Collected data:
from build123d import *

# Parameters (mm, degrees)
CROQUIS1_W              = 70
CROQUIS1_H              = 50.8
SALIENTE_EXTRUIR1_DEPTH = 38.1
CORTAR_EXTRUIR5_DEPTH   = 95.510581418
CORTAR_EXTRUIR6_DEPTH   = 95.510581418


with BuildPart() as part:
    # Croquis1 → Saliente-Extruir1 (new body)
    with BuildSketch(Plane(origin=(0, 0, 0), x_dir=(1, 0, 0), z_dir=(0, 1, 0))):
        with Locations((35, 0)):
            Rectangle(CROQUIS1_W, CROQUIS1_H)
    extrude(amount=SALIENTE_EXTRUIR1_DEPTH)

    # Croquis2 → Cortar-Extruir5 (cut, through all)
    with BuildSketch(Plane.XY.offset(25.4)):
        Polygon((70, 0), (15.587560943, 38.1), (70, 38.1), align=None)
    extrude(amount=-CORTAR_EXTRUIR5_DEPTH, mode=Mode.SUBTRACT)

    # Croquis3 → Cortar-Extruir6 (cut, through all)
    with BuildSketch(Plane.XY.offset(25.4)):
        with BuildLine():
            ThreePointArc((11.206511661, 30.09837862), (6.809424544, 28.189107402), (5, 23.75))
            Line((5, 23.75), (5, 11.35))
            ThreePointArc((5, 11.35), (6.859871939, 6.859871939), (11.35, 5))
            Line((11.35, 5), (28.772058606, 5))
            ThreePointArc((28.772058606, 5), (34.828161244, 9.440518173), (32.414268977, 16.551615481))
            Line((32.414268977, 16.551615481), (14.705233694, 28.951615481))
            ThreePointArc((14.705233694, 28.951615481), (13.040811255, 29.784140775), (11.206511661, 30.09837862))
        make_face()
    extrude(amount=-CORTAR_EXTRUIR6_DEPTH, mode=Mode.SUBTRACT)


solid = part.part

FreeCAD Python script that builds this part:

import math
import FreeCAD as App
import Part
import Sketcher
from FreeCAD import Vector
Q = App.Units.Quantity

doc = App.newDocument("Part")
params = doc.addObject("Spreadsheet::Sheet", "Params")
for row, (alias, value) in enumerate([
    ("sketch1_height", "2 in"),
    ("pad1_length", "1.5 in"),
    ("sketch2_height", "1.5 in"),
    ("sketch3_radius", "0.25 in"),
], start=1):
    params.set(f"A{row}", alias)
    params.set(f"B{row}", "=" + value)
    params.setAlias(f"B{row}", alias)

body = doc.addObject("PartDesign::Body", "Body")

# Sketch on XZ plane
sketch1 = body.newObject("Sketcher::SketchObject", "Sketch")
sketch1.AttachmentSupport = (doc.getObject("XZ_Plane"), [""])
sketch1.MapMode = "FlatFace"
sketch1.addGeometry([
    Part.LineSegment(Vector(0, -25, 0), Vector(0, 25, 0)),
    Part.LineSegment(Vector(0, 25, 0), Vector(70, 25, 0)),
    Part.LineSegment(Vector(70, 25, 0), Vector(70, -25, 0)),
    Part.LineSegment(Vector(70, -25, 0), Vector(0, -25, 0)),
], False)
sketch1.addConstraint([
    Sketcher.Constraint("Coincident", 0, 2, 1, 1),
    Sketcher.Constraint("Coincident", 1, 2, 2, 1),
    Sketcher.Constraint("Coincident", 2, 2, 3, 1),
    Sketcher.Constraint("Coincident", 3, 2, 0, 1),
    Sketcher.Constraint("Vertical", 0),
    Sketcher.Constraint("Horizontal", 1),
    Sketcher.Constraint("Vertical", 2),
    Sketcher.Constraint("Horizontal", 3),
    Sketcher.Constraint("Symmetric", 0, 2, 3, 2, -1, 1),
    Sketcher.Constraint("DistanceY", 0, 1, 0, 2, Q("2 in")),
    Sketcher.Constraint("DistanceX", 1, 1, 1, 2, 70.0),
])
sketch1.setExpression("Constraints[9]", "Params.sketch1_height")
pad1 = body.newObject("PartDesign::Pad", "Pad")
pad1.Profile = sketch1
pad1.setExpression("Length", "Params.pad1_length")
pad1.Reversed = True

# Sketch on XY plane
sketch2 = body.newObject("Sketcher::SketchObject", "Sketch001")
sketch2.AttachmentSupport = (doc.getObject("XY_Plane"), [""])
sketch2.MapMode = "FlatFace"
sketch2.AttachmentOffset = App.Placement(Vector(0, 0, 1 * 25.4), App.Rotation())
sketch2.addGeometry([
    Part.LineSegment(Vector(16, 38, 0), Vector(70, 0, 0)),
    Part.LineSegment(Vector(70, 0, 0), Vector(70, 38, 0)),
    Part.LineSegment(Vector(70, 38, 0), Vector(16, 38, 0)),
], False)
sketch2.addConstraint([
    Sketcher.Constraint("Coincident", 0, 2, 1, 1),
    Sketcher.Constraint("Coincident", 1, 2, 2, 1),
    Sketcher.Constraint("Coincident", 2, 2, 0, 1),
    Sketcher.Constraint("Vertical", 1),
    Sketcher.Constraint("Horizontal", 2),
    Sketcher.Constraint("PointOnObject", 0, 2, -1),
    Sketcher.Constraint("DistanceY", 1, 1, 1, 2, Q("1.5 in")),
    Sketcher.Constraint("Angle", 0, Q("-35 deg")),
    Sketcher.Constraint("DistanceX", -1, 1, 0, 2, 70.0),
])
sketch2.setExpression("Constraints[6]", "Params.sketch2_height")
pocket1 = body.newObject("PartDesign::Pocket", "Pocket")
pocket1.Profile = sketch2
pocket1.Type = "ThroughAll"

# Sketch on XY plane
sketch3 = body.newObject("Sketcher::SketchObject", "Sketch002")
sketch3.AttachmentSupport = (doc.getObject("XY_Plane"), [""])
sketch3.MapMode = "FlatFace"
sketch3.AttachmentOffset = App.Placement(Vector(0, 0, 1 * 25.4), App.Rotation())
sketch3.addGeometry([
    Part.ArcOfCircle(Part.Circle(Vector(11.4, 23.7, 0), Vector(0, 0, 1), 6.4), math.radians(91), math.radians(180)),  # 0
    Part.LineSegment(Vector(5, 23.8, 0), Vector(5, 11.3, 0)),  # 1
    Part.ArcOfCircle(Part.Circle(Vector(11.3, 11.3, 0), Vector(0, 0, 1), 6.3), math.radians(180), math.radians(270)),  # 2
    Part.LineSegment(Vector(11.3, 5, 0), Vector(28.8, 5, 0)),  # 3
    Part.ArcOfCircle(Part.Circle(Vector(28.8, 11.3, 0), Vector(0, 0, 1), 6.3), math.radians(-90), math.radians(55)),  # 4
    Part.LineSegment(Vector(32.4, 16.6, 0), Vector(14.7, 29, 0)),  # 5
    Part.ArcOfCircle(Part.Circle(Vector(11.1, 23.7, 0), Vector(0, 0, 1), 6.4), math.radians(55), math.radians(89)),  # 6
], False)
sketch3.addConstraint([
    Sketcher.Constraint("Tangent", 0, 2, 1, 1),
    Sketcher.Constraint("Tangent", 1, 2, 2, 1),
    Sketcher.Constraint("Tangent", 2, 2, 3, 1),
    Sketcher.Constraint("Tangent", 3, 2, 4, 1),
    Sketcher.Constraint("Tangent", 4, 2, 5, 1),
    Sketcher.Constraint("Tangent", 5, 2, 6, 1),
    Sketcher.Constraint("Coincident", 6, 2, 0, 1),
    Sketcher.Constraint("Vertical", 1),
    Sketcher.Constraint("Horizontal", 3),
    Sketcher.Constraint("Equal", 0, 2),
    Sketcher.Constraint("Equal", 2, 4),
    Sketcher.Constraint("Equal", 4, 6),
    Sketcher.Constraint("Horizontal", 0, 3, 6, 3),
    Sketcher.Constraint("Radius", 0, Q("0.25 in")),
    Sketcher.Constraint("Angle", 5, Q("145 deg")),
    Sketcher.Constraint("DistanceY", 1, 2, 1, 1, 12.4),
    Sketcher.Constraint("DistanceX", 3, 1, 3, 2, 17.422059),
    Sketcher.Constraint("DistanceX", -1, 1, 0, 3, 11.35),
    Sketcher.Constraint("DistanceY", -1, 1, 0, 3, 23.75),
])
sketch3.setExpression("Constraints[13]", "Params.sketch3_radius")
pocket2 = body.newObject("PartDesign::Pocket", "Pocket001")
pocket2.Profile = sketch3
pocket2.Type = "ThroughAll"

doc.recompute()
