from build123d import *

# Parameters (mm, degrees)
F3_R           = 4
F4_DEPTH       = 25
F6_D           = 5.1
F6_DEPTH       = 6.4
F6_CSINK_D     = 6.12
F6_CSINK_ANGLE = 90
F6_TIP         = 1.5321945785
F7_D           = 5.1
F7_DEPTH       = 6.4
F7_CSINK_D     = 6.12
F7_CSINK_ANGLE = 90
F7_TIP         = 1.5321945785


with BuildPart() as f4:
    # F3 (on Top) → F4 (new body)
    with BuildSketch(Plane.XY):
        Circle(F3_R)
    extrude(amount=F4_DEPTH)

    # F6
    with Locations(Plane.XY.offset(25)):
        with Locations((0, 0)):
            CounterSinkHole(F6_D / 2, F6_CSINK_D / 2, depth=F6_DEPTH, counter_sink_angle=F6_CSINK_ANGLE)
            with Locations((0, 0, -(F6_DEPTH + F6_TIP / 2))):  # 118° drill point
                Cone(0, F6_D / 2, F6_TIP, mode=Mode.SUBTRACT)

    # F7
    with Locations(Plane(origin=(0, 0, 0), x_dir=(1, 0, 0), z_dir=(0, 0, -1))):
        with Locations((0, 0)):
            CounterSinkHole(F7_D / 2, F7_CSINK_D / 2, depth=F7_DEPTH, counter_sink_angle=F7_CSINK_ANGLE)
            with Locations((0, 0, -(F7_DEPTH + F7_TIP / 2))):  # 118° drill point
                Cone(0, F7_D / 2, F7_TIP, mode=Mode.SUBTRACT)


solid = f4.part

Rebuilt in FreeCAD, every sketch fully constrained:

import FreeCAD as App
import Part
import Sketcher
Q = App.Units.Quantity

doc = App.newDocument("Part")
params = doc.addObject("Spreadsheet::Sheet", "Params")
for row, (alias, value) in enumerate([
    ("sketch1_diameter", "8 mm"),
    ("pad1_length", "25 mm"),
    ("sketch2_diameter", "5.1 mm"),
    ("hole_diameter", "5.1 mm"),
    ("hole_depth", "6.4 mm"),
    ("hole_csink_diameter", "6.12 mm"),
    ("sketch3_diameter", "5.1 mm"),
    ("hole2_diameter", "5.1 mm"),
    ("hole2_depth", "6.4 mm"),
    ("hole2_csink_diameter", "6.12 mm"),
], start=1):
    params.set(f"A{row}", alias)
    params.set(f"B{row}", "=" + value)
    params.setAlias(f"B{row}", alias)

body = doc.addObject("PartDesign::Body", "Body")

sketch1 = doc.addObject("Sketcher::SketchObject", "Sketch")
body.addObject(sketch1)
sketch1.AttachmentSupport = (doc.XY_Plane, [""])
sketch1.MapMode = "FlatFace"
sketch1.addGeometry(Part.Circle(App.Vector(0, 0, 0), App.Vector(0, 0, 1), 4), False)
sketch1.addConstraint([
    Sketcher.Constraint("Coincident", 0, 3, -1, 1),
    Sketcher.Constraint("Diameter", 0, Q("8 mm")),
])
sketch1.setExpression("Constraints[1]", "Params.sketch1_diameter")
pad1 = doc.addObject("PartDesign::Pad", "Pad")
body.addObject(pad1)
pad1.Profile = sketch1
pad1.setExpression("Length", "Params.pad1_length")

sketch2 = doc.addObject("Sketcher::SketchObject", "Sketch001")
body.addObject(sketch2)
sketch2.AttachmentSupport = (doc.XY_Plane, [""])
sketch2.MapMode = "FlatFace"
sketch2.AttachmentOffset = App.Placement(App.Vector(0, 0, 25), App.Rotation())
sketch2.addGeometry(Part.Circle(App.Vector(0, 0, 0), App.Vector(0, 0, 1), 2.5), False)
sketch2.addConstraint([
    Sketcher.Constraint("Coincident", 0, 3, -1, 1),
    Sketcher.Constraint("Diameter", 0, Q("5.1 mm")),
])
sketch2.setExpression("Constraints[1]", "Params.sketch2_diameter")
doc.recompute()
hole = doc.addObject("PartDesign::Hole", "Hole")
body.addObject(hole)
hole.Profile = sketch2
hole.ThreadType = "None"
hole.setExpression("Diameter", "Params.hole_diameter")
hole.DepthType = "Dimension"
hole.setExpression("Depth", "Params.hole_depth")
hole.DrillPoint = "Angled"
hole.DrillPointAngle = 118
hole.HoleCutType = "Countersink"
hole.setExpression("HoleCutDiameter", "Params.hole_csink_diameter")
hole.HoleCutCountersinkAngle = 90

sketch3 = doc.addObject("Sketcher::SketchObject", "Sketch002")
body.addObject(sketch3)
sketch3.AttachmentSupport = (doc.XY_Plane, [""])
sketch3.MapMode = "FlatFace"
sketch3.addGeometry(Part.Circle(App.Vector(0, 0, 0), App.Vector(0, 0, 1), 2.5), False)
sketch3.addConstraint([
    Sketcher.Constraint("Coincident", 0, 3, -1, 1),
    Sketcher.Constraint("Diameter", 0, Q("5.1 mm")),
])
sketch3.setExpression("Constraints[1]", "Params.sketch3_diameter")
doc.recompute()
hole2 = doc.addObject("PartDesign::Hole", "Hole001")
body.addObject(hole2)
hole2.Profile = sketch3
hole2.ThreadType = "None"
hole2.setExpression("Diameter", "Params.hole2_diameter")
hole2.DepthType = "Dimension"
hole2.setExpression("Depth", "Params.hole2_depth")
hole2.DrillPoint = "Angled"
hole2.DrillPointAngle = 118
hole2.HoleCutType = "Countersink"
hole2.setExpression("HoleCutDiameter", "Params.hole2_csink_diameter")
hole2.HoleCutCountersinkAngle = 90
hole2.Reversed = True

doc.recompute()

*Action item*. Write out exactly the lines above between the line with "Line((5, 23.75), (5, 11.35))" and the line with "Line((32.414268977, 16.551615481), (14.705233694, 28.951615481))", inclusive, and nothing beyond them.

*Task answer*.
            Line((5, 23.75), (5, 11.35))
            ThreePointArc((5, 11.35), (6.859871939, 6.859871939), (11.35, 5))
            Line((11.35, 5), (28.772058606, 5))
            ThreePointArc((28.772058606, 5), (34.828161244, 9.440518173), (32.414268977, 16.551615481))
            Line((32.414268977, 16.551615481), (14.705233694, 28.951615481))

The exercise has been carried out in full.